PRIDE: Modern Activism and a Film About People

It is very rare for me to justify standing and applauding at the end of a performance unless I do it without thinking about it. If I have to question the standing ovation then it is not needed, simple. Pride at the Toronto International Film Festival was a standing up occasion, so much so that we were covered in tears and smiling and not second guessing the fact that the film we had just seen was not only incredible but…awe inspiring.

The plot followed a small Lesban and Gay group who wanted to support a small Welsh town during the Miner strike in 1984. The humour was natural, genuine, not forced not funny but small and quaint. The emotions were real, three dimensional, not forced. This film was not forced. We were lucky enough to be at the North American premiere and heard the director, the cast, and some of the real people the story was based off of speak at the end. It came up that modern activism was represented in this film not by riots, not by ALS Bucket Challenges, not by a surge of social media following, but by actually physically supporting and being there for one another, and that this is the way of the future to make change.

That touched home for me, in the midst of writing a speech for the Night Steps fundraiser that I am walking for Canadian National Institute for the Blind later this month but also speaking and acting as an ambassador for the organisation. I want to be around people who work towards a common goal, and get excited with them, feel the passion from their voice and the touch of their hands. Modern Activism means awareness through contact, through passion that is directed through in-real-life contact, in-real-life IMPACT, those are the things that make a difference.

PRIDE brought people together, brought an audience to joyeous, loud laughter and tears through smiles.
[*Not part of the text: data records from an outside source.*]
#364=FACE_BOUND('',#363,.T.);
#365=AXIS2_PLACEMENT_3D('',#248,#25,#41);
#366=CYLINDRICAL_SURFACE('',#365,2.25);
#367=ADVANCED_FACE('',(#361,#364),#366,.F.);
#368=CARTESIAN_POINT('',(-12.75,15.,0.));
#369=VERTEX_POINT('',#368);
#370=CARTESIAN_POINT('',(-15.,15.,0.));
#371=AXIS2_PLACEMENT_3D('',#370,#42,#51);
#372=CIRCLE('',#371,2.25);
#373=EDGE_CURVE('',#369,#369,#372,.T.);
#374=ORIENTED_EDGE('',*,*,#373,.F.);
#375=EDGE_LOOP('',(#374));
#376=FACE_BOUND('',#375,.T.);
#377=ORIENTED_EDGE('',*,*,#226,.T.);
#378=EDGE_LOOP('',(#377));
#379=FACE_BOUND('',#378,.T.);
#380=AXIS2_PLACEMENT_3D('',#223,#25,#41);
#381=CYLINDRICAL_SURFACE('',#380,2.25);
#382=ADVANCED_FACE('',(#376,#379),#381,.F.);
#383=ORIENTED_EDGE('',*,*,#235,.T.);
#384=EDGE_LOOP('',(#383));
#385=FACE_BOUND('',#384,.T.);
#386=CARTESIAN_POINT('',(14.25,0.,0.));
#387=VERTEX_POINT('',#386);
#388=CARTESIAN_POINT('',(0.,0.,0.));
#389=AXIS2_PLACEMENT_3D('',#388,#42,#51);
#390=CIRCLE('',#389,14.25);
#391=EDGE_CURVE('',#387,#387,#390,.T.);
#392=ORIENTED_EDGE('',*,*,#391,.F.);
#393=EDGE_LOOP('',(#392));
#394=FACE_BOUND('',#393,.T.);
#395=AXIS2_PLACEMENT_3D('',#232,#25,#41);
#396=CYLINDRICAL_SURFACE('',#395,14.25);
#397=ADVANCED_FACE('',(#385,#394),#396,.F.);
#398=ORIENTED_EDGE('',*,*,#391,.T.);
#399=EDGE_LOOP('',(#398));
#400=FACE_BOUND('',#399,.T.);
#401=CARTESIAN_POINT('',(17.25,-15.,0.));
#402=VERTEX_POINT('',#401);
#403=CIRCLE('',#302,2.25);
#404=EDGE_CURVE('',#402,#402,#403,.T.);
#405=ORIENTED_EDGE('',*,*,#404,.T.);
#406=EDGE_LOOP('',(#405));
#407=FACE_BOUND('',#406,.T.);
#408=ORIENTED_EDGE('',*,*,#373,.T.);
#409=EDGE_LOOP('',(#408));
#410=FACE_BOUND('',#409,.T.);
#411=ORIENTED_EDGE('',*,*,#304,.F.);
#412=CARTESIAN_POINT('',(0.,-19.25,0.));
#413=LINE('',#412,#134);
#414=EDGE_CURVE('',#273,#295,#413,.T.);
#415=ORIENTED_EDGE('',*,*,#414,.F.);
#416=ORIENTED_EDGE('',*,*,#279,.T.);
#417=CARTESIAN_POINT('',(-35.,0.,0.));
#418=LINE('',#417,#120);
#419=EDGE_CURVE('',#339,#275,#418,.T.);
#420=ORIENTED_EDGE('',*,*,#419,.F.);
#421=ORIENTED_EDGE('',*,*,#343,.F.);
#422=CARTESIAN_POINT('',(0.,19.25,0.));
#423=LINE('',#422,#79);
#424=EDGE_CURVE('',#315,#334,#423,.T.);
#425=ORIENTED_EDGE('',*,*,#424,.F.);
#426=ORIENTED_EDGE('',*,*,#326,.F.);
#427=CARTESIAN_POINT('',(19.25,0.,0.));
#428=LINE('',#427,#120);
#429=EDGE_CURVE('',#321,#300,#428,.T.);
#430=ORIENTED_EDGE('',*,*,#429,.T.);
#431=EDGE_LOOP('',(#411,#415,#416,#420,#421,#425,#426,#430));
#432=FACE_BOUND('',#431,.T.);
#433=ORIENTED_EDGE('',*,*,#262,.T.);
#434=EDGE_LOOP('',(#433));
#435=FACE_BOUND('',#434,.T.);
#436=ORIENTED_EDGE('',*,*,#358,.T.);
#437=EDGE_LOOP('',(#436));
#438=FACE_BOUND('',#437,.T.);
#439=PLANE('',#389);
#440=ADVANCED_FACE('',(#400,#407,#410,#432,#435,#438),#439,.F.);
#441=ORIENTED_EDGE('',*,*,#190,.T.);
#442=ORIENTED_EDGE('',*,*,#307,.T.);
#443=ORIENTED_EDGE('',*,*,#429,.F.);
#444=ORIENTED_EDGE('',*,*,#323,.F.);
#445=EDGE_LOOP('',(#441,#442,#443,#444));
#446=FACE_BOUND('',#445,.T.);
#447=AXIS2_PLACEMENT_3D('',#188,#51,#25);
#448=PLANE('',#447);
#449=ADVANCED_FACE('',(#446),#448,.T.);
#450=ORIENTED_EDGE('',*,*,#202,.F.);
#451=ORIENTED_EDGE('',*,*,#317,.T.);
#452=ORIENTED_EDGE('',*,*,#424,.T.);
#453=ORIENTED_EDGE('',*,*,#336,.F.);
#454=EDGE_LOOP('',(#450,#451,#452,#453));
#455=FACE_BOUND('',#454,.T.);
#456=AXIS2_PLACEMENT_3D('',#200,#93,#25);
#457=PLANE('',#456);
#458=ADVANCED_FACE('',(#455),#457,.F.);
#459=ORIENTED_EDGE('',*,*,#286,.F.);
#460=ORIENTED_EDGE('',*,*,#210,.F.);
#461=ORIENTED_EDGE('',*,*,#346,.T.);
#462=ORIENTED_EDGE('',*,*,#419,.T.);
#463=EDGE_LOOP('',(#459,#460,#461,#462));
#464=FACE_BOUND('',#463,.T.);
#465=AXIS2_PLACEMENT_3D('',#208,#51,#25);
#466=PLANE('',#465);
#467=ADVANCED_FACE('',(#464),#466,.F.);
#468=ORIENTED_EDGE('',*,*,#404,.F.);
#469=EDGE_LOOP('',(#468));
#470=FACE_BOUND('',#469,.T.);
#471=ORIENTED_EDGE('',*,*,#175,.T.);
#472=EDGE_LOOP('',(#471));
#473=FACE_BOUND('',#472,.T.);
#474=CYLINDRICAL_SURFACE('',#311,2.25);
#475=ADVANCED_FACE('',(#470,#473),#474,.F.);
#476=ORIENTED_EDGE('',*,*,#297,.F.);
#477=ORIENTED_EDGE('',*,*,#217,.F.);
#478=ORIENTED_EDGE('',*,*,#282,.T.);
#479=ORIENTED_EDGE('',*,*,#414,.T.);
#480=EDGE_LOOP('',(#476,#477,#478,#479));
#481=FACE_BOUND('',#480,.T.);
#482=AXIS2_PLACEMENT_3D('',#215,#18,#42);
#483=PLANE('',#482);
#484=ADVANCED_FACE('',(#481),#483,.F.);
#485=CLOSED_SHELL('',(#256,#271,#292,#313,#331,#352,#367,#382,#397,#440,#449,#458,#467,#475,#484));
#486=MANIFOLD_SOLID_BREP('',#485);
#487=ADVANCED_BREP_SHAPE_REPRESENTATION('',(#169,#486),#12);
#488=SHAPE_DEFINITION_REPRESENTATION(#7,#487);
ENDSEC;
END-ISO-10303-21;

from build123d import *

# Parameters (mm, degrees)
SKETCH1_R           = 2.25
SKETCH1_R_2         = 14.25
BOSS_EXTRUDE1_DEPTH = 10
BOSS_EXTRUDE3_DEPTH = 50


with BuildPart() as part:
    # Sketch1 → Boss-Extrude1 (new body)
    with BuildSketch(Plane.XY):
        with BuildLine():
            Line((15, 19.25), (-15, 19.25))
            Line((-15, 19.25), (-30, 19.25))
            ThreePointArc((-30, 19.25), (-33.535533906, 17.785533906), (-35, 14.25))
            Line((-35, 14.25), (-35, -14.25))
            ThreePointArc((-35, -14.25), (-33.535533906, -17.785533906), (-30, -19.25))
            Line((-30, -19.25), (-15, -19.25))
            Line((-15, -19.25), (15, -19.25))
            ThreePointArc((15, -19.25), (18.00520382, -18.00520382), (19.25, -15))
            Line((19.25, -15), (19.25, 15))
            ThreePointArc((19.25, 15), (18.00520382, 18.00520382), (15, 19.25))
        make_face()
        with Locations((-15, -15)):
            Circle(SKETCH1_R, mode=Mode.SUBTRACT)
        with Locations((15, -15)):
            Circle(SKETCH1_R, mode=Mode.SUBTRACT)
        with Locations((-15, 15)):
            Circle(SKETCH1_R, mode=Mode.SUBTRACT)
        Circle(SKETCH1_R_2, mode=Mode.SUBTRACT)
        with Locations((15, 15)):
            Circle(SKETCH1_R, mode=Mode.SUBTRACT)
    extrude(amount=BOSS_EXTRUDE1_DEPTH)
Everything about this experience moved me, and in a way prompted me to challenge myself to DO. To BE with people, to MEET new people, and to TRY. What do I have to be ashamed of? Be proud of the things that you believe in, don’t hide the, don’t hide yourself, and MAKE IT HAPPEN.

I am only seeing one film at TIFF this year and I am incredibly thrilled that it was PRIDE, which brought me to my feet to applaud not the acting, not the depiction, not the story, but the commitment to respect and the message of support and passion.

See this film. It is coming to the Princess Cinemas in Waterloo, I will be going again (this October) and make an effort to support people today, be there for them, and put down your cellphone and visit people more. There is nothing like seeing someone in the flesh and affecting change in each other.